The Great Lillian Hall
Brava, Jessica.
Jessica Lange is perfection as the fictional actress Lillian Hall, known for decades as a revered star of the theater. During rehearsals for her starring role in The Cherry Orchard, she is having unusual difficulty memorizing her lines, and before long learns that the cause is early dementia. Despite that ominous theme, The Great Lillian Hall is a lovely tribute to life in the theater, with all its personal compromises, and a showcase for Lange, who deftly shows the character as a vulnerable woman and also displays the distinct style of Lillian the bravura actress.
Off stage, she is still performative but less theatrical, full of bravado as she swans through her privileged life. But she is also full of fears and insecurities about aging, and has visions of her husband, a theater director and the love of her life, who passed away years before. Lange makes the different parts of Lilian seamless, as well as touching.
The film is best in its early stages, when it is at its most tough-minded. In one extraordinary scene that shows Lange’s intelligent, subtle choices, Lillian is forced by David and Jane to go to the production’s doctor, where she fails a memory test. Her hands shake as she tries to fold a piece of paper according to instructions, and she knows she’s in trouble. She almost weeps but doesn’t, and instead stares ahead stoically. When the doctor asks if she’s OK, she answers calmly, “Well I am pretty far from OK but I’m trying to formulate a plan.” When Lillian later receives the diagnosis of dementia, she tries to hide it, but Edith finds her prescription pills and knows what’s up.

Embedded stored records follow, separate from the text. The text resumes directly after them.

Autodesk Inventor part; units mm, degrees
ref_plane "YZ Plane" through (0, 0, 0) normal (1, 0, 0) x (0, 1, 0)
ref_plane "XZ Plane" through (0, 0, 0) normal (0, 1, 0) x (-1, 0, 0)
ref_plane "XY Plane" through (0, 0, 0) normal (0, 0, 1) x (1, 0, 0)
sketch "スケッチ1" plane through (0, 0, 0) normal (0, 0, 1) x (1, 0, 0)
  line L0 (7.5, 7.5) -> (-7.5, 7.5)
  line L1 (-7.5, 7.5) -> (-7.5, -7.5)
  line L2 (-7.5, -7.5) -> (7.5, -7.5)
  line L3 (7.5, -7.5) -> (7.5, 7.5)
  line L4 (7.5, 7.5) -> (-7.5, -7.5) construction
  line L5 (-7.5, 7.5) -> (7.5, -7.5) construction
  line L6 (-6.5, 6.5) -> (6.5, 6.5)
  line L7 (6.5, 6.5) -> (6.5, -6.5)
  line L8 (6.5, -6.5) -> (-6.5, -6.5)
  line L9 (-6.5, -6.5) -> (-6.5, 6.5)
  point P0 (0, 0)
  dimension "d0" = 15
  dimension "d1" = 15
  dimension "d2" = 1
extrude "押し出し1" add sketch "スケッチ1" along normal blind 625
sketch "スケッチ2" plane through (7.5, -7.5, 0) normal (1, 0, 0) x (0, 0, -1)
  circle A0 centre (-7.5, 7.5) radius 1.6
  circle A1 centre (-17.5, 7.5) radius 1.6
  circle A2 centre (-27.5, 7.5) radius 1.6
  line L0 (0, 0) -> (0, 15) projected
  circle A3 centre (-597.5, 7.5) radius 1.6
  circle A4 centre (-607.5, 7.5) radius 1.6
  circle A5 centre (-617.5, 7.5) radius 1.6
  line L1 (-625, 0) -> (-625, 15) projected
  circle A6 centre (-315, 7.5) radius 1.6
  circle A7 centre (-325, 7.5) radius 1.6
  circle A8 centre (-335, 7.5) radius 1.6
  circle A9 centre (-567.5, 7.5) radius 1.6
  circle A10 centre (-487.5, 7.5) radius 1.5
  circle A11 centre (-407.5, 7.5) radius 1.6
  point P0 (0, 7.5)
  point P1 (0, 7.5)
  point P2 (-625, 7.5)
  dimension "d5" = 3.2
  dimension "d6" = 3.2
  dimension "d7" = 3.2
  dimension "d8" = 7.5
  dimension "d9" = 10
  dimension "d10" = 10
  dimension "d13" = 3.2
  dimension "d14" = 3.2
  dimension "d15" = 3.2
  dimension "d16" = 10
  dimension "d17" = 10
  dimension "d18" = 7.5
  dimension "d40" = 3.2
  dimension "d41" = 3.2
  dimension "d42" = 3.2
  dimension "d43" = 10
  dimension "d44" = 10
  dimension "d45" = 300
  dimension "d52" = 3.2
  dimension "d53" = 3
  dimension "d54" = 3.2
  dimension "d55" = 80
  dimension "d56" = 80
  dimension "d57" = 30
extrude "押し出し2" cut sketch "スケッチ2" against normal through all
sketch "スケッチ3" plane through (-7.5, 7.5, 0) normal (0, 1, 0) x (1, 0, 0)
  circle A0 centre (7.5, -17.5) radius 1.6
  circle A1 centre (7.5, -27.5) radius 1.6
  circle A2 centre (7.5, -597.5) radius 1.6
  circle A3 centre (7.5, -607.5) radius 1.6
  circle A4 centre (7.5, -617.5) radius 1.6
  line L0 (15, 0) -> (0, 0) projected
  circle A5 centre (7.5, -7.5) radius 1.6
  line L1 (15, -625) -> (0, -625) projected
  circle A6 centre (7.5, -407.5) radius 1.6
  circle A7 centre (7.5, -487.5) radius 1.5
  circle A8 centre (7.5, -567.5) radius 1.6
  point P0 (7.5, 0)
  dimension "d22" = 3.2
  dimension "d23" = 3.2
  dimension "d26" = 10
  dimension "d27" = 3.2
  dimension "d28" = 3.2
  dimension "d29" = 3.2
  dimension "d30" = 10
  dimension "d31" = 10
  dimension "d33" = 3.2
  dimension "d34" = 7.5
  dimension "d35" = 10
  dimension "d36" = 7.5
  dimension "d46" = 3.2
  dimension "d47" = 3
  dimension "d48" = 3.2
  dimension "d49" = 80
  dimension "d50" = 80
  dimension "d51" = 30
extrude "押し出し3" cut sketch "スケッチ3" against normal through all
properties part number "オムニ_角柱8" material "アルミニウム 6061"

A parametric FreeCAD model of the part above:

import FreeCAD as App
import Part
import Sketcher

V = App.Vector

doc = App.newDocument("Part")
params = doc.addObject("Spreadsheet::Sheet", "Params")
for row, (alias, value) in enumerate([
    ("sketch1_width", "15 mm"),
    ("pad1_length", "625 mm"),
    ("sketch2_diameter", "3 mm"),
    ("sketch2_diameter2", "3.2 mm"),
    ("sketch3_diameter", "3 mm"),
    ("sketch3_diameter2", "3.2 mm"),
], start=1):
    params.set(f"A{row}", alias)
    params.set(f"B{row}", "=" + value)
    params.setAlias(f"B{row}", alias)

body = doc.addObject("PartDesign::Body", "Body")

# Sketch on XY plane
sketch1 = body.newObject("Sketcher::SketchObject", "Sketch")
sketch1.AttachmentSupport = (doc.getObject("XY_Plane"), [""])
sketch1.MapMode = "FlatFace"
sketch1.addGeometry(Part.LineSegment(V(8, -8, 0), V(8, 8, 0)), False)
sketch1.addGeometry(Part.LineSegment(V(8, 8, 0), V(-8, 8, 0)), False)
sketch1.addGeometry(Part.LineSegment(V(-8, 8, 0), V(-8, -8, 0)), False)
sketch1.addGeometry(Part.LineSegment(V(-8, -8, 0), V(8, -8, 0)), False)
sketch1.addGeometry(Part.LineSegment(V(-6, -6, 0), V(-6, 6, 0)), False)
sketch1.addGeometry(Part.LineSegment(V(-6, 6, 0), V(6, 6, 0)), False)
sketch1.addGeometry(Part.LineSegment(V(6, 6, 0), V(6, -6, 0)), False)
sketch1.addGeometry(Part.LineSegment(V(6, -6, 0), V(-6, -6, 0)), False)
sketch1.addConstraint(Sketcher.Constraint("Coincident", 0, 2, 1, 1))
sketch1.addConstraint(Sketcher.Constraint("Coincident", 1, 2, 2, 1))
sketch1.addConstraint(Sketcher.Constraint("Coincident", 2, 2, 3, 1))
sketch1.addConstraint(Sketcher.Constraint("Coincident", 3, 2, 0, 1))
sketch1.addConstraint(Sketcher.Constraint("Coincident", 4, 2, 5, 1))
sketch1.addConstraint(Sketcher.Constraint("Coincident", 5, 2, 6, 1))
sketch1.addConstraint(Sketcher.Constraint("Coincident", 6, 2, 7, 1))
sketch1.addConstraint(Sketcher.Constraint("Coincident", 7, 2, 4, 1))
sketch1.addConstraint(Sketcher.Constraint("Vertical", 0))
sketch1.addConstraint(Sketcher.Constraint("Horizontal", 1))
sketch1.addConstraint(Sketcher.Constraint("Vertical", 2))
sketch1.addConstraint(Sketcher.Constraint("Horizontal", 3))
sketch1.addConstraint(Sketcher.Constraint("Vertical", 4))
sketch1.addConstraint(Sketcher.Constraint("Horizontal", 5))
sketch1.addConstraint(Sketcher.Constraint("Vertical", 6))
sketch1.addConstraint(Sketcher.Constraint("Horizontal", 7))
sketch1.addConstraint(Sketcher.Constraint("Symmetric", 0, 2, 2, 2, -1, 1))
sketch1.addConstraint(Sketcher.Constraint("Symmetric", 4, 2, 6, 2, -1, 1))
sketch1.addConstraint(Sketcher.Constraint("Equal", 3, 0))
sketch1.addConstraint(Sketcher.Constraint("Equal", 7, 4))
sketch1.addConstraint(Sketcher.Constraint("DistanceX", 1, 2, 1, 1, 15.0))
sketch1.addConstraint(Sketcher.Constraint("DistanceX", 1, 2, 4, 2, 1.0))
sketch1.setExpression("Constraints[20]", "Params.sketch1_width")
pad1 = body.newObject("PartDesign::Pad", "Pad")
pad1.Profile = sketch1
pad1.setExpression("Length", "Params.pad1_length")

# Sketch on YZ plane
sketch2 = body.newObject("Sketcher::SketchObject", "Sketch001")
sketch2.AttachmentSupport = (doc.getObject("YZ_Plane"), [""])
sketch2.MapMode = "FlatFace"
sketch2.AttachmentOffset = App.Placement(V(0, 0, 7.5), App.Rotation())
sketch2.addGeometry(Part.Circle(V(0, 7.5, 0), V(0, 0, 1), 1.6), False)
sketch2.addGeometry(Part.Circle(V(0, 17.5, 0), V(0, 0, 1), 1.6), False)
sketch2.addGeometry(Part.Circle(V(0, 27.5, 0), V(0, 0, 1), 1.6), False)
sketch2.addGeometry(Part.Circle(V(0, 597.5, 0), V(0, 0, 1), 1.6), False)
sketch2.addGeometry(Part.Circle(V(0, 607.5, 0), V(0, 0, 1), 1.6), False)
sketch2.addGeometry(Part.Circle(V(0, 617.5, 0), V(0, 0, 1), 1.6), False)
sketch2.addGeometry(Part.Circle(V(0, 315, 0), V(0, 0, 1), 1.6), False)
sketch2.addGeometry(Part.Circle(V(0, 325, 0), V(0, 0, 1), 1.6), False)
sketch2.addGeometry(Part.Circle(V(0, 335, 0), V(0, 0, 1), 1.6), False)
sketch2.addGeometry(Part.Circle(V(0, 567.5, 0), V(0, 0, 1), 1.6), False)
sketch2.addGeometry(Part.Circle(V(0, 487.5, 0), V(0, 0, 1), 1.5), False)
sketch2.addGeometry(Part.Circle(V(0, 407.5, 0), V(0, 0, 1), 1.6), False)
sketch2.addConstraint(Sketcher.Constraint("Equal", 0, 1))
sketch2.addConstraint(Sketcher.Constraint("Equal", 1, 2))
sketch2.addConstraint(Sketcher.Constraint("Equal", 2, 3))
sketch2.addConstraint(Sketcher.Constraint("Equal", 3, 4))
sketch2.addConstraint(Sketcher.Constraint("Equal", 4, 5))
sketch2.addConstraint(Sketcher.Constraint("Equal", 5, 6))
sketch2.addConstraint(Sketcher.Constraint("Equal", 6, 7))
sketch2.addConstraint(Sketcher.Constraint("Equal", 7, 8))
sketch2.addConstraint(Sketcher.Constraint("Equal", 8, 9))
sketch2.addConstraint(Sketcher.Constraint("Equal", 9, 11))
sketch2.addConstraint(Sketcher.Constraint("PointOnObject", 0, 3, -2))
sketch2.addConstraint(Sketcher.Constraint("PointOnObject", 1, 3, -2))
sketch2.addConstraint(Sketcher.Constraint("PointOnObject", 2, 3, -2))
sketch2.addConstraint(Sketcher.Constraint("PointOnObject", 3, 3, -2))
sketch2.addConstraint(Sketcher.Constraint("PointOnObject", 4, 3, -2))
sketch2.addConstraint(Sketcher.Constraint("PointOnObject", 5, 3, -2))
sketch2.addConstraint(Sketcher.Constraint("PointOnObject", 6, 3, -2))
sketch2.addConstraint(Sketcher.Constraint("PointOnObject", 7, 3, -2))
sketch2.addConstraint(Sketcher.Constraint("PointOnObject", 8, 3, -2))
sketch2.addConstraint(Sketcher.Constraint("PointOnObject", 9, 3, -2))
sketch2.addConstraint(Sketcher.Constraint("PointOnObject", 10, 3, -2))
sketch2.addConstraint(Sketcher.Constraint("PointOnObject", 11, 3, -2))
sketch2.addConstraint(Sketcher.Constraint("Diameter", 10, 3.0))
sketch2.addConstraint(Sketcher.Constraint("Diameter", 0, 3.2))
sketch2.addConstraint(Sketcher.Constraint("DistanceY", 0, 3, 1, 3, 10.0))
sketch2.addConstraint(Sketcher.Constraint("DistanceY", 1, 3, 2, 3, 10.0))
sketch2.addConstraint(Sketcher.Constraint("DistanceY", 3, 3, 4, 3, 10.0))
sketch2.addConstraint(Sketcher.Constraint("DistanceY", 4, 3, 5, 3, 10.0))
sketch2.addConstraint(Sketcher.Constraint("DistanceY", 6, 3, 7, 3, 10.0))
sketch2.addConstraint(Sketcher.Constraint("DistanceY", 7, 3, 8, 3, 10.0))
sketch2.addConstraint(Sketcher.Constraint("DistanceY", 9, 3, 3, 3, 30.0))
sketch2.addConstraint(Sketcher.Constraint("DistanceY", 10, 3, 9, 3, 80.0))
sketch2.addConstraint(Sketcher.Constraint("DistanceY", 11, 3, 10, 3, 80.0))
sketch2.addConstraint(Sketcher.Constraint("DistanceY", -1, 1, 0, 3, 7.5))
sketch2.addConstraint(Sketcher.Constraint("DistanceY", -1, 1, 6, 3, 315.0))
sketch2.addConstraint(Sketcher.Constraint("DistanceY", 2, 3, 3, 3, 570.0))
sketch2.setExpression("Constraints[22]", "Params.sketch2_diameter")
sketch2.setExpression("Constraints[23]", "Params.sketch2_diameter2")
pocket1 = body.newObject("PartDesign::Pocket", "Pocket")
pocket1.Profile = sketch2
pocket1.Type = "ThroughAll"

# Sketch on XZ plane
sketch3 = body.newObject("Sketcher::SketchObject", "Sketch002")
sketch3.AttachmentSupport = (doc.getObject("XZ_Plane"), [""])
sketch3.MapMode = "FlatFace"
sketch3.AttachmentOffset = App.Placement(V(0, 0, -7.5), App.Rotation())
sketch3.addGeometry(Part.Circle(V(0, 17.5, 0), V(0, 0, 1), 1.6), False)
sketch3.addGeometry(Part.Circle(V(0, 27.5, 0), V(0, 0, 1), 1.6), False)
sketch3.addGeometry(Part.Circle(V(0, 597.5, 0), V(0, 0, 1), 1.6), False)
sketch3.addGeometry(Part.Circle(V(0, 607.5, 0), V(0, 0, 1), 1.6), False)
sketch3.addGeometry(Part.Circle(V(0, 617.5, 0), V(0, 0, 1), 1.6), False)
sketch3.addGeometry(Part.Circle(V(0, 7.5, 0), V(0, 0, 1), 1.6), False)
sketch3.addGeometry(Part.Circle(V(0, 407.5, 0), V(0, 0, 1), 1.6), False)
sketch3.addGeometry(Part.Circle(V(0, 487.5, 0), V(0, 0, 1), 1.5), False)
sketch3.addGeometry(Part.Circle(V(0, 567.5, 0), V(0, 0, 1), 1.6), False)
sketch3.addConstraint(Sketcher.Constraint("Equal", 0, 1))
sketch3.addConstraint(Sketcher.Constraint("Equal", 1, 2))
sketch3.addConstraint(Sketcher.Constraint("Equal", 2, 3))
sketch3.addConstraint(Sketcher.Constraint("Equal", 3, 4))
sketch3.addConstraint(Sketcher.Constraint("Equal", 4, 5))
sketch3.addConstraint(Sketcher.Constraint("Equal", 5, 6))
sketch3.addConstraint(Sketcher.Constraint("Equal", 6, 8))
sketch3.addConstraint(Sketcher.Constraint("PointOnObject", 0, 3, -2))
sketch3.addConstraint(Sketcher.Constraint("PointOnObject", 1, 3, -2))
sketch3.addConstraint(Sketcher.Constraint("PointOnObject", 2, 3, -2))
sketch3.addConstraint(Sketcher.Constraint("PointOnObject", 3, 3, -2))
sketch3.addConstraint(Sketcher.Constraint("PointOnObject", 4, 3, -2))
sketch3.addConstraint(Sketcher.Constraint("PointOnObject", 5, 3, -2))
sketch3.addConstraint(Sketcher.Constraint("PointOnObject", 6, 3, -2))
sketch3.addConstraint(Sketcher.Constraint("PointOnObject", 7, 3, -2))
sketch3.addConstraint(Sketcher.Constraint("PointOnObject", 8, 3, -2))
sketch3.addConstraint(Sketcher.Constraint("Diameter", 7, 3.0))
sketch3.addConstraint(Sketcher.Constraint("Diameter", 0, 3.2))
sketch3.addConstraint(Sketcher.Constraint("DistanceY", 0, 3, 1, 3, 10.0))
sketch3.addConstraint(Sketcher.Constraint("DistanceY", 2, 3, 3, 3, 10.0))
sketch3.addConstraint(Sketcher.Constraint("DistanceY", 3, 3, 4, 3, 10.0))
sketch3.addConstraint(Sketcher.Constraint("DistanceY", 5, 3, 0, 3, 10.0))
sketch3.addConstraint(Sketcher.Constraint("DistanceY", 6, 3, 7, 3, 80.0))
sketch3.addConstraint(Sketcher.Constraint("DistanceY", 8, 3, 2, 3, 30.0))
sketch3.addConstraint(Sketcher.Constraint("DistanceY", 7, 3, 8, 3, 80.0))
sketch3.addConstraint(Sketcher.Constraint("DistanceY", -1, 1, 5, 3, 7.5))
sketch3.addConstraint(Sketcher.Constraint("DistanceY", 1, 3, 2, 3, 570.0))
sketch3.setExpression("Constraints[16]", "Params.sketch3_diameter")
sketch3.setExpression("Constraints[17]", "Params.sketch3_diameter2")
pocket2 = body.newObject("PartDesign::Pocket", "Pocket001")
pocket2.Profile = sketch3
pocket2.Type = "ThroughAll"
pocket2.Reversed = True

doc.recompute()
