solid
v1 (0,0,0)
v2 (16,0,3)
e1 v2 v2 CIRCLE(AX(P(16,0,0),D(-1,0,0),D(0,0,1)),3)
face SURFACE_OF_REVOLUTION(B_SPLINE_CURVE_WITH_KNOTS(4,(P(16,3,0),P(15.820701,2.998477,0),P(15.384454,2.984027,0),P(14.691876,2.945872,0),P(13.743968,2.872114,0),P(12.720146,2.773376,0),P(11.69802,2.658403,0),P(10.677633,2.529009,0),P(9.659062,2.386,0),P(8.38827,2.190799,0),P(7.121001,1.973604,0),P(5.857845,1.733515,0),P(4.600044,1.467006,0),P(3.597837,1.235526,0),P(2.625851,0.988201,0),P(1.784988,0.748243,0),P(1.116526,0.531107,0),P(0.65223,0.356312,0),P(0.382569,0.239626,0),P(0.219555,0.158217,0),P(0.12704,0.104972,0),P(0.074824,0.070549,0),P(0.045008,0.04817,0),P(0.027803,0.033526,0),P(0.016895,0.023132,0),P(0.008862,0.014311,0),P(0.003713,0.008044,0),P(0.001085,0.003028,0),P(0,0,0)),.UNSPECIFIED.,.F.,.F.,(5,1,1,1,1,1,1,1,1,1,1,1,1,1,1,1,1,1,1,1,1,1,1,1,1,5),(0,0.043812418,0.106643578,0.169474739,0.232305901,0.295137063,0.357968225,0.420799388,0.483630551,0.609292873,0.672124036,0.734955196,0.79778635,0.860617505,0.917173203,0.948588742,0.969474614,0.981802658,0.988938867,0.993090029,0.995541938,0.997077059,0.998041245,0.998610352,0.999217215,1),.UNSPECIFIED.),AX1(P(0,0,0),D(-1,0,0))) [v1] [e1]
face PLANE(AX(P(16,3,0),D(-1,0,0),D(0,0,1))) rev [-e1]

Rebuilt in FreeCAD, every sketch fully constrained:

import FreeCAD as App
import Part
import Sketcher

V = App.Vector

doc = App.newDocument("Part")
body = doc.addObject("PartDesign::Body", "Body")

# Sketch on XY plane
sketch1 = body.newObject("Sketcher::SketchObject", "Sketch")
sketch1.AttachmentSupport = (doc.getObject("XY_Plane"), [""])
sketch1.MapMode = "FlatFace"
sketch1.addGeometry([
    Part.LineSegment(V(0, 0, 0), V(16, 0, 0)),
    Part.LineSegment(V(16, 0, 0), V(16, 3, 0)),
    Part.BSplineCurve([V(0, 0, 0), V(0.001085, 0.003028, 0), V(0.003713, 0.008044, 0), V(0.008862, 0.014311, 0), V(0.016895, 0.023132, 0), V(0.027803, 0.033526, 0), V(0.045008, 0.04817, 0), V(0.074824, 0.070549, 0), V(0.12704, 0.104972, 0), V(0.219555, 0.158217, 0), V(0.382569, 0.239626, 0), V(0.65223, 0.356312, 0), V(1.116526, 0.531107, 0), V(1.784988, 0.748243, 0), V(2.625851, 0.988201, 0), V(3.597837, 1.235526, 0), V(4.600044, 1.467006, 0), V(5.857845, 1.733515, 0), V(7.121001, 1.973604, 0), V(8.38827, 2.190799, 0), V(9.659062, 2.386, 0), V(10.677633, 2.529009, 0), V(11.69802, 2.658403, 0), V(12.720146, 2.773376, 0), V(13.743968, 2.872114, 0), V(14.691876, 2.945872, 0), V(15.384454, 2.984027, 0), V(15.820701, 2.998477, 0), V(16, 3, 0)], [5, 1, 1, 1, 1, 1, 1, 1, 1, 1, 1, 1, 1, 1, 1, 1, 1, 1, 1, 1, 1, 1, 1, 1, 1, 5], [0, 0.000782785, 0.001389648, 0.001958755, 0.002922941, 0.004458062, 0.006909971, 0.011061133, 0.018197342, 0.030525386, 0.051411258, 0.082826797, 0.139382495, 0.20221365, 0.265044804, 0.327875964, 0.390707127, 0.516369449, 0.579200612, 0.642031775, 0.704862937, 0.767694099, 0.830525261, 0.893356422, 0.956187582, 1], False, 4, [1, 1, 1, 1, 1, 1, 1, 1, 1, 1, 1, 1, 1, 1, 1, 1, 1, 1, 1, 1, 1, 1, 1, 1, 1, 1, 1, 1, 1], False),
], False)
sketch1.addConstraint([
    Sketcher.Constraint("Block", 2),
    Sketcher.Constraint("Coincident", 0, 2, 1, 1),
    Sketcher.Constraint("Coincident", 1, 2, 2, 2),
    Sketcher.Constraint("Coincident", 2, 1, 0, 1),
    Sketcher.Constraint("Horizontal", 0),
    Sketcher.Constraint("Vertical", 1),
])
revolution = body.newObject("PartDesign::Revolution", "Revolution")
revolution.Profile = sketch1
revolution.ReferenceAxis = (sketch1, ["H_Axis"])
revolution.Angle = 360

doc.recompute()
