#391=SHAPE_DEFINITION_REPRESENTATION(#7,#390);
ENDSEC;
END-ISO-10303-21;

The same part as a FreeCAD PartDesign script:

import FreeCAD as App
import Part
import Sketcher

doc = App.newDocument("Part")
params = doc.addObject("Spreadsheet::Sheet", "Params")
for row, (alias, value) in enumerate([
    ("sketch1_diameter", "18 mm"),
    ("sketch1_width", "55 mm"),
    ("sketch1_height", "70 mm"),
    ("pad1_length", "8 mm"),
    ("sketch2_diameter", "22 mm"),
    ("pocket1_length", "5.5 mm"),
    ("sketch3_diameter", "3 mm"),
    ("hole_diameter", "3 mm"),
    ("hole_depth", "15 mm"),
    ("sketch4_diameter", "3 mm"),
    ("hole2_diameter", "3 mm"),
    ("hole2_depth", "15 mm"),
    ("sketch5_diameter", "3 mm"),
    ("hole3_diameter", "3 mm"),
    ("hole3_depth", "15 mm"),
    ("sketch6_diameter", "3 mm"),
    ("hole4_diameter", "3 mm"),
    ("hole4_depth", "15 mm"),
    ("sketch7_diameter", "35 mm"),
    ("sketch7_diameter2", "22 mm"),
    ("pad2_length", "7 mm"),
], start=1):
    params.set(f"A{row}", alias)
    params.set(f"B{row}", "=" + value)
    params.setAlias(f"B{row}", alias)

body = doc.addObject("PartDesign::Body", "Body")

Eventually, and not surprisingly given the story, the film sometimes crosses a line from fierce honesty into sentimentality. A scene in which Lillian and her daughter sing “Mockingbird” together, remembering the song as a lullaby from Margaret’s childhood, really does seem calculated to milk the emotions, and lands as inauthentic. But it’s also surprising that such easy sentimentality is relatively rare here.
Lange and Rabe get a predictable Big Acting yelling, crying scene, with Lillian in the hospital justifying her choice not to share the diagnosis with her child to protect her, and Margaret angrily sobbing, “I’m your daughter!” But in that scene the groundwork has been established and the emotions feel earned.
Simon Dennis’ cinematography keeps the film visually lively, from the black-and-white interludes to the red overlay on a dream of Lillian’s or a transition via the beautiful pink-purple of a flowering tree in a park.
As bracing and satisfying as it is to see Lange deliver snippets of The Cherry Orchard, Elisabeth Seldes Annacone’s screenplay leans too hard on the parallels between Lillian and the play’s heroine, Lyuba, who is about to lose her orchard and her home. As we see Lillian in the part, the lines we hear are pointedly chosen to echo her off-stage reality. “For once in your life you must look the truth straight in the face,” the student Petya tells her. At the play’s end Lillian stands on stage and looks out for one last time at “my house, my youth,” just after a conversation with Edith has made it explicit that Lillian’s true home is the theater.
There is a tinge of nostalgia here for the glories of the past, notably when Lillian recalls what her husband said about the theater. “Carson used to call it eternity in a moment,” she says, offering an unobtrusive off-screen echo. Annacone’s aunt was the legendary theater actress Marian Seldes, who also suffered from dementia and who late in life married the writer and theater director Garson Kanin. Lange’s portrayal does not evoke any particular actress, yet the similarity between the names Carson and Garson seems fond and is unmistakable.